Khawrazmi [1], Karaji [2], Khayyam [3], and Tusi [4] were all Persian. Ibn
Haytham wrote only in Arabic though.

[1] [https://en.wikipedia.org/wiki/Muhammad_ibn_Musa_al-
Khwarizmi](https://en.wikipedia.org/wiki/Muhammad_ibn_Musa_al-Khwarizmi)
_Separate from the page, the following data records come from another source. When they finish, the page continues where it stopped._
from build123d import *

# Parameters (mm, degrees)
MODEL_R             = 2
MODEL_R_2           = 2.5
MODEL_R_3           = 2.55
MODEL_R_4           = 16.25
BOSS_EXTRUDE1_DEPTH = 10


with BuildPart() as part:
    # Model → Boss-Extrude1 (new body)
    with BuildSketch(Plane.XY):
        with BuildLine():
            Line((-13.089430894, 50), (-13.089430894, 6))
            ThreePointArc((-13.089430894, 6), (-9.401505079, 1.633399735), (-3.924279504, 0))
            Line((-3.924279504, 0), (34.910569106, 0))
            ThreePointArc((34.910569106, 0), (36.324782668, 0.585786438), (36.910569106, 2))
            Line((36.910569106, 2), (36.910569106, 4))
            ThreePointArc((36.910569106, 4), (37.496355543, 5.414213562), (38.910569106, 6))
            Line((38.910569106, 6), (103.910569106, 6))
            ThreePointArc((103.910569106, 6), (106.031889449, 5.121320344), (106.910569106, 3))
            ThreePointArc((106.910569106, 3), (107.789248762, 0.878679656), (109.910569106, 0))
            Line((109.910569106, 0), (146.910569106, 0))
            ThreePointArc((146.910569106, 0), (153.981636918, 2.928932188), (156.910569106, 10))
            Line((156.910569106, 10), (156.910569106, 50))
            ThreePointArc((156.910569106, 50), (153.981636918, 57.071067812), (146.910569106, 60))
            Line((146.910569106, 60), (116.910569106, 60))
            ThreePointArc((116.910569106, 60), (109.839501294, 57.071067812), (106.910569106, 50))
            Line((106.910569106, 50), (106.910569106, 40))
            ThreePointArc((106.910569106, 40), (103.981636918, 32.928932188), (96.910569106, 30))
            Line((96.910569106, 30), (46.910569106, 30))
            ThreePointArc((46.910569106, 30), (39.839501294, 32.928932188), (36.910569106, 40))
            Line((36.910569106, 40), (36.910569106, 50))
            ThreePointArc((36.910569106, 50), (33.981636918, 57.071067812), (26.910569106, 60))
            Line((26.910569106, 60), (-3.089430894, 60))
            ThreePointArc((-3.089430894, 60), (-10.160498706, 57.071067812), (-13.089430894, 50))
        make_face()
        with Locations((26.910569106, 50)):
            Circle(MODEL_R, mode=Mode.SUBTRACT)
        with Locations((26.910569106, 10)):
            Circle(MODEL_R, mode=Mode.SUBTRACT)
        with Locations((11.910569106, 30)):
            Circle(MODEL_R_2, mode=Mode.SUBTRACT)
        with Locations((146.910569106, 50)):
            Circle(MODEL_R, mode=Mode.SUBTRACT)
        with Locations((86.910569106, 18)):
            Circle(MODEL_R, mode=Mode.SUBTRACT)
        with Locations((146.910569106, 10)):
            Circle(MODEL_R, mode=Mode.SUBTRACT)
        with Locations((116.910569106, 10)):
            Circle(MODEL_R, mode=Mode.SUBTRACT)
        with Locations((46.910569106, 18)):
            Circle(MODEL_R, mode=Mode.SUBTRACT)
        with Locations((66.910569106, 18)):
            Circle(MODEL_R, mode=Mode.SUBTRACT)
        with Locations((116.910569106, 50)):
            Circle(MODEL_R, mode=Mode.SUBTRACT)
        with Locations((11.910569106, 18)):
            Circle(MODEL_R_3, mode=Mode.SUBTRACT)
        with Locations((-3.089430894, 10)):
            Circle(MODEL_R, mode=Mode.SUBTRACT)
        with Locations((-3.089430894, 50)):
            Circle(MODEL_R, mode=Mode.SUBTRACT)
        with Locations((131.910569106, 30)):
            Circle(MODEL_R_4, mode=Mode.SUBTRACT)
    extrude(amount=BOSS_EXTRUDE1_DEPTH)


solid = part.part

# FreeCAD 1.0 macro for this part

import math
import FreeCAD as App
import Part
import Sketcher
from FreeCAD import Vector
Q = App.Units.Quantity

doc = App.newDocument("Part")
body = doc.addObject("PartDesign::Body", "Body")

# Sketch on XY plane
sketch1 = body.newObject("Sketcher::SketchObject", "Sketch")
sketch1.AttachmentSupport = (doc.getObject("XY_Plane"), [""])
sketch1.MapMode = "FlatFace"
sketch1.addGeometry(Part.LineSegment(Vector(-13.1, 50, 0), Vector(-13.1, 6, 0)), False)
sketch1.addGeometry(Part.ArcOfCircle(Part.Circle(Vector(-3.9, 10, 0), Vector(0, 0, 1), 10), math.radians(-156), math.radians(-90)), False)
sketch1.addGeometry(Part.LineSegment(Vector(-3.9, 0, 0), Vector(34.9, 0, 0)), False)
sketch1.addGeometry(Part.ArcOfCircle(Part.Circle(Vector(34.9, 2, 0), Vector(0, 0, 1), 2), math.radians(-90), math.radians(0)), False)
sketch1.addGeometry(Part.LineSegment(Vector(36.9, 2, 0), Vector(36.9, 4, 0)), False)
sketch1.addGeometry(Part.ArcOfCircle(Part.Circle(Vector(38.9, 4, 0), Vector(0, 0, 1), 2), math.radians(90), math.radians(180)), False)
sketch1.addGeometry(Part.LineSegment(Vector(38.9, 6, 0), Vector(103.9, 6, 0)), False)
sketch1.addGeometry(Part.ArcOfCircle(Part.Circle(Vector(103.9, 3, 0), Vector(0, 0, 1), 3), math.radians(0), math.radians(90)), False)
sketch1.addGeometry(Part.ArcOfCircle(Part.Circle(Vector(109.9, 3, 0), Vector(0, 0, 1), 3), math.radians(180), math.radians(270)), False)
sketch1.addGeometry(Part.LineSegment(Vector(109.9, 0, 0), Vector(146.9, 0, 0)), False)
sketch1.addGeometry(Part.ArcOfCircle(Part.Circle(Vector(146.9, 10, 0), Vector(0, 0, 1), 10), math.radians(-90), math.radians(0)), False)
sketch1.addGeometry(Part.LineSegment(Vector(156.9, 10, 0), Vector(156.9, 50, 0)), False)
sketch1.addGeometry(Part.ArcOfCircle(Part.Circle(Vector(146.9, 50, 0), Vector(0, 0, 1), 10), math.radians(0), math.radians(90)), False)
sketch1.addGeometry(Part.LineSegment(Vector(146.9, 60, 0), Vector(116.9, 60, 0)), False)
sketch1.addGeometry(Part.ArcOfCircle(Part.Circle(Vector(116.9, 50, 0), Vector(0, 0, 1), 10), math.radians(90), math.radians(180)), False)
sketch1.addGeometry(Part.LineSegment(Vector(106.9, 50, 0), Vector(106.9, 40, 0)), False)
sketch1.addGeometry(Part.ArcOfCircle(Part.Circle(Vector(96.9, 40, 0), Vector(0, 0, 1), 10), math.radians(-90), math.radians(0)), False)
sketch1.addGeometry(Part.LineSegment(Vector(96.9, 30, 0), Vector(46.9, 30, 0)), False)
sketch1.addGeometry(Part.ArcOfCircle(Part.Circle(Vector(46.9, 40, 0), Vector(0, 0, 1), 10), math.radians(180), math.radians(270)), False)
sketch1.addGeometry(Part.LineSegment(Vector(36.9, 40, 0), Vector(36.9, 50, 0)), False)
sketch1.addGeometry(Part.ArcOfCircle(Part.Circle(Vector(26.9, 50, 0), Vector(0, 0, 1), 10), math.radians(0), math.radians(90)), False)
sketch1.addGeometry(Part.LineSegment(Vector(26.9, 60, 0), Vector(-3.1, 60, 0)), False)
sketch1.addGeometry(Part.ArcOfCircle(Part.Circle(Vector(-3.1, 50, 0), Vector(0, 0, 1), 10), math.radians(90), math.radians(180)), False)
sketch1.addGeometry(Part.Circle(Vector(-3.1, 10, 0), Vector(0, 0, 1), 2), False)
sketch1.addGeometry(Part.Circle(Vector(26.9, 10, 0), Vector(0, 0, 1), 2), False)
sketch1.addGeometry(Part.Circle(Vector(11.9, 18, 0), Vector(0, 0, 1), 2.5), False)
sketch1.addGeometry(Part.Circle(Vector(46.9, 18, 0), Vector(0, 0, 1), 2), False)
sketch1.addGeometry(Part.Circle(Vector(66.9, 18, 0), Vector(0, 0, 1), 2), False)
sketch1.addGeometry(Part.Circle(Vector(86.9, 18, 0), Vector(0, 0, 1), 2), False)
sketch1.addGeometry(Part.Circle(Vector(116.9, 10, 0), Vector(0, 0, 1), 2), False)
sketch1.addGeometry(Part.Circle(Vector(146.9, 10, 0), Vector(0, 0, 1), 2), False)
sketch1.addGeometry(Part.Circle(Vector(11.9, 30, 0), Vector(0, 0, 1), 2.5), False)
sketch1.addGeometry(Part.Circle(Vector(-3.1, 50, 0), Vector(0, 0, 1), 2), False)
sketch1.addGeometry(Part.Circle(Vector(26.9, 50, 0), Vector(0, 0, 1), 2), False)
sketch1.addGeometry(Part.Circle(Vector(131.9, 30, 0), Vector(0, 0, 1), 16.2), False)
sketch1.addGeometry(Part.Circle(Vector(116.9, 50, 0), Vector(0, 0, 1), 2), False)
sketch1.addGeometry(Part.Circle(Vector(146.9, 50, 0), Vector(0, 0, 1), 2), False)
sketch1.addConstraint(Sketcher.Constraint("Coincident", 0, 2, 1, 1))
sketch1.addConstraint(Sketcher.Constraint("Tangent", 1, 2, 2, 1))
sketch1.addConstraint(Sketcher.Constraint("Tangent", 2, 2, 3, 1))
sketch1.addConstraint(Sketcher.Constraint("Tangent", 3, 2, 4, 1))
sketch1.addConstraint(Sketcher.Constraint("Tangent", 4, 2, 5, 2))
sketch1.addConstraint(Sketcher.Constraint("Tangent", 5, 1, 6, 1))
sketch1.addConstraint(Sketcher.Constraint("Tangent", 6, 2, 7, 2))
sketch1.addConstraint(Sketcher.Constraint("Tangent", 7, 1, 8, 1))
sketch1.addConstraint(Sketcher.Constraint("Tangent", 8, 2, 9, 1))
sketch1.addConstraint(Sketcher.Constraint("Tangent", 9, 2, 10, 1))
sketch1.addConstraint(Sketcher.Constraint("Tangent", 10, 2, 11, 1))
sketch1.addConstraint(Sketcher.Constraint("Tangent", 11, 2, 12, 1))
sketch1.addConstraint(Sketcher.Constraint("Tangent", 12, 2, 13, 1))
sketch1.addConstraint(Sketcher.Constraint("Tangent", 13, 2, 14, 1))
sketch1.addConstraint(Sketcher.Constraint("Tangent", 14, 2, 15, 1))
sketch1.addConstraint(Sketcher.Constraint("Tangent", 15, 2, 16, 2))
sketch1.addConstraint(Sketcher.Constraint("Tangent", 16, 1, 17, 1))
sketch1.addConstraint(Sketcher.Constraint("Tangent", 17, 2, 18, 2))
sketch1.addConstraint(Sketcher.Constraint("Tangent", 18, 1, 19, 1))
sketch1.addConstraint(Sketcher.Constraint("Tangent", 19, 2, 20, 1))
sketch1.addConstraint(Sketcher.Constraint("Tangent", 20, 2, 21, 1))
sketch1.addConstraint(Sketcher.Constraint("Tangent", 21, 2, 22, 1))
sketch1.addConstraint(Sketcher.Constraint("Tangent", 22, 2, 0, 1))
sketch1.addConstraint(Sketcher.Constraint("Vertical", 0))
sketch1.addConstraint(Sketcher.Constraint("Horizontal", 2))
sketch1.addConstraint(Sketcher.Constraint("Vertical", 4))
sketch1.addConstraint(Sketcher.Constraint("Horizontal", 6))
sketch1.addConstraint(Sketcher.Constraint("Horizontal", 9))
sketch1.addConstraint(Sketcher.Constraint("Vertical", 11))
sketch1.addConstraint(Sketcher.Constraint("Horizontal", 13))
sketch1.addConstraint(Sketcher.Constraint("Vertical", 15))
sketch1.addConstraint(Sketcher.Constraint("Horizontal", 17))
sketch1.addConstraint(Sketcher.Constraint("Vertical", 19))
sketch1.addConstraint(Sketcher.Constraint("Horizontal", 21))
sketch1.addConstraint(Sketcher.Constraint("Coincident", 30, 3, 10, 3))
sketch1.addConstraint(Sketcher.Constraint("Coincident", 32, 3, 22, 3))
sketch1.addConstraint(Sketcher.Constraint("Coincident", 33, 3, 20, 3))
sketch1.addConstraint(Sketcher.Constraint("Coincident", 35, 3, 14, 3))
sketch1.addConstraint(Sketcher.Constraint("Coincident", 36, 3, 12, 3))
sketch1.addConstraint(Sketcher.Constraint("Equal", 3, 5))
sketch1.addConstraint(Sketcher.Constraint("Equal", 7, 8))
sketch1.addConstraint(Sketcher.Constraint("Equal", 1, 10))
sketch1.addConstraint(Sketcher.Constraint("Equal", 10, 12))
sketch1.addConstraint(Sketcher.Constraint("Equal", 12, 14))
sketch1.addConstraint(Sketcher.Constraint("Equal", 14, 16))
sketch1.addConstraint(Sketcher.Constraint("Equal", 16, 18))
sketch1.addConstraint(Sketcher.Constraint("Equal", 18, 20))
sketch1.addConstraint(Sketcher.Constraint("Equal", 20, 22))
sketch1.addConstraint(Sketcher.Constraint("Equal", 5, 23))
sketch1.addConstraint(Sketcher.Constraint("Equal", 23, 24))
sketch1.addConstraint(Sketcher.Constraint("Equal", 24, 26))
sketch1.addConstraint(Sketcher.Constraint("Equal", 26, 27))
sketch1.addConstraint(Sketcher.Constraint("Equal", 27, 28))
sketch1.addConstraint(Sketcher.Constraint("Equal", 28, 29))
sketch1.addConstraint(Sketcher.Constraint("Equal", 29, 30))
sketch1.addConstraint(Sketcher.Constraint("Equal", 30, 32))
sketch1.addConstraint(Sketcher.Constraint("Equal", 32, 33))
sketch1.addConstraint(Sketcher.Constraint("Equal", 33, 35))
sketch1.addConstraint(Sketcher.Constraint("Equal", 35, 36))
sketch1.addConstraint(Sketcher.Constraint("PointOnObject", 1, 2, -1))
sketch1.addConstraint(Sketcher.Constraint("PointOnObject", 8, 2, -1))
sketch1.addConstraint(Sketcher.Constraint("Horizontal", 7, 3, 8, 3))
sketch1.addConstraint(Sketcher.Constraint("Horizontal", 14, 3, 20, 3))
sketch1.addConstraint(Sketcher.Constraint("Horizontal", 10, 3, 23, 3))
sketch1.addConstraint(Sketcher.Constraint("Horizontal", 23, 3, 24, 3))
sketch1.addConstraint(Sketcher.Constraint("Horizontal", 25, 3, 26, 3))
sketch1.addConstraint(Sketcher.Constraint("Horizontal", 26, 3, 27, 3))
sketch1.addConstraint(Sketcher.Constraint("Horizontal", 27, 3, 28, 3))
sketch1.addConstraint(Sketcher.Constraint("Horizontal", 24, 3, 29, 3))
sketch1.addConstraint(Sketcher.Constraint("Horizontal", 31, 3, 34, 3))
sketch1.addConstraint(Sketcher.Constraint("Horizontal", 0, 2, 5, 1))
sketch1.addConstraint(Sketcher.Constraint("Horizontal", 34, 3, 16, 1))
sketch1.addConstraint(Sketcher.Constraint("Vertical", 22, 3, 23, 3))
sketch1.addConstraint(Sketcher.Constraint("Vertical", 20, 3, 24, 3))
sketch1.addConstraint(Sketcher.Constraint("Vertical", 18, 3, 26, 3))
sketch1.addConstraint(Sketcher.Constraint("Vertical", 14, 3, 29, 3))
sketch1.addConstraint(Sketcher.Constraint("Vertical", 25, 3, 31, 3))
sketch1.addConstraint(Sketcher.Constraint("Vertical", 7, 1, 14, 2))
sketch1.addConstraint(Sketcher.Constraint("Vertical", 4, 2, 18, 1))
sketch1.addConstraint(Sketcher.Constraint("Equal", 13, 21))
sketch1.addConstraint(Sketcher.Constraint("Diameter", 23, Q("4 mm")))
sketch1.addConstraint(Sketcher.Constraint("Diameter", 31, Q("5 mm")))
sketch1.addConstraint(Sketcher.Constraint("Radius", 1, Q("10 mm")))
sketch1.addConstraint(Sketcher.Constraint("Radius", 7, Q("3 mm")))
sketch1.addConstraint(Sketcher.Constraint("Diameter", 25, Q("5.1 mm")))
sketch1.addConstraint(Sketcher.Constraint("Diameter", 34, Q("32.5 mm")))
sketch1.addConstraint(Sketcher.Constraint("DistanceX", 6, 1, 6, 2, Q("65 mm")))
sketch1.addConstraint(Sketcher.Constraint("DistanceX", 9, 1, 9, 2, Q("37 mm")))
sketch1.addConstraint(Sketcher.Constraint("DistanceY", 0, 2, 0, 1, Q("44 mm")))
sketch1.addConstraint(Sketcher.Constraint("DistanceY", 15, 2, 15, 1, Q("10 mm")))
sketch1.addConstraint(Sketcher.Constraint("DistanceY", -1, 1, 25, 3, Q("18 mm")))
sketch1.addConstraint(Sketcher.Constraint("DistanceX", 23, 3, 25, 3, Q("15 mm")))
sketch1.addConstraint(Sketcher.Constraint("DistanceX", 26, 3, 27, 3, Q("20 mm")))
sketch1.addConstraint(Sketcher.Constraint("DistanceX", 27, 3, 28, 3, Q("20 mm")))
sketch1.addConstraint(Sketcher.Constraint("DistanceX", 34, 3, 10, 3, Q("15 mm")))
sketch1.addConstraint(Sketcher.Constraint("DistanceX", 1, 3, -1, 1, Q("3.92428 mm")))
pad1 = body.newObject("PartDesign::Pad", "Pad")
pad1.Profile = sketch1
pad1.Length = 10

doc.recompute()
[2] [https://en.wikipedia.org/wiki/Al-
Karaji](https://en.wikipedia.org/wiki/Al-Karaji)

[3]
[https://en.wikipedia.org/wiki/Omar_Khayyam](https://en.wikipedia.org/wiki/Omar_Khayyam)

[4]
[https://en.wikipedia.org/wiki/Sharaf_al-D%C4%ABn_al-%E1%B9%A...](https://en.wikipedia.org/wiki/Sharaf_al-D%C4%ABn_al-%E1%B9%AC%C5%ABs%C4%AB)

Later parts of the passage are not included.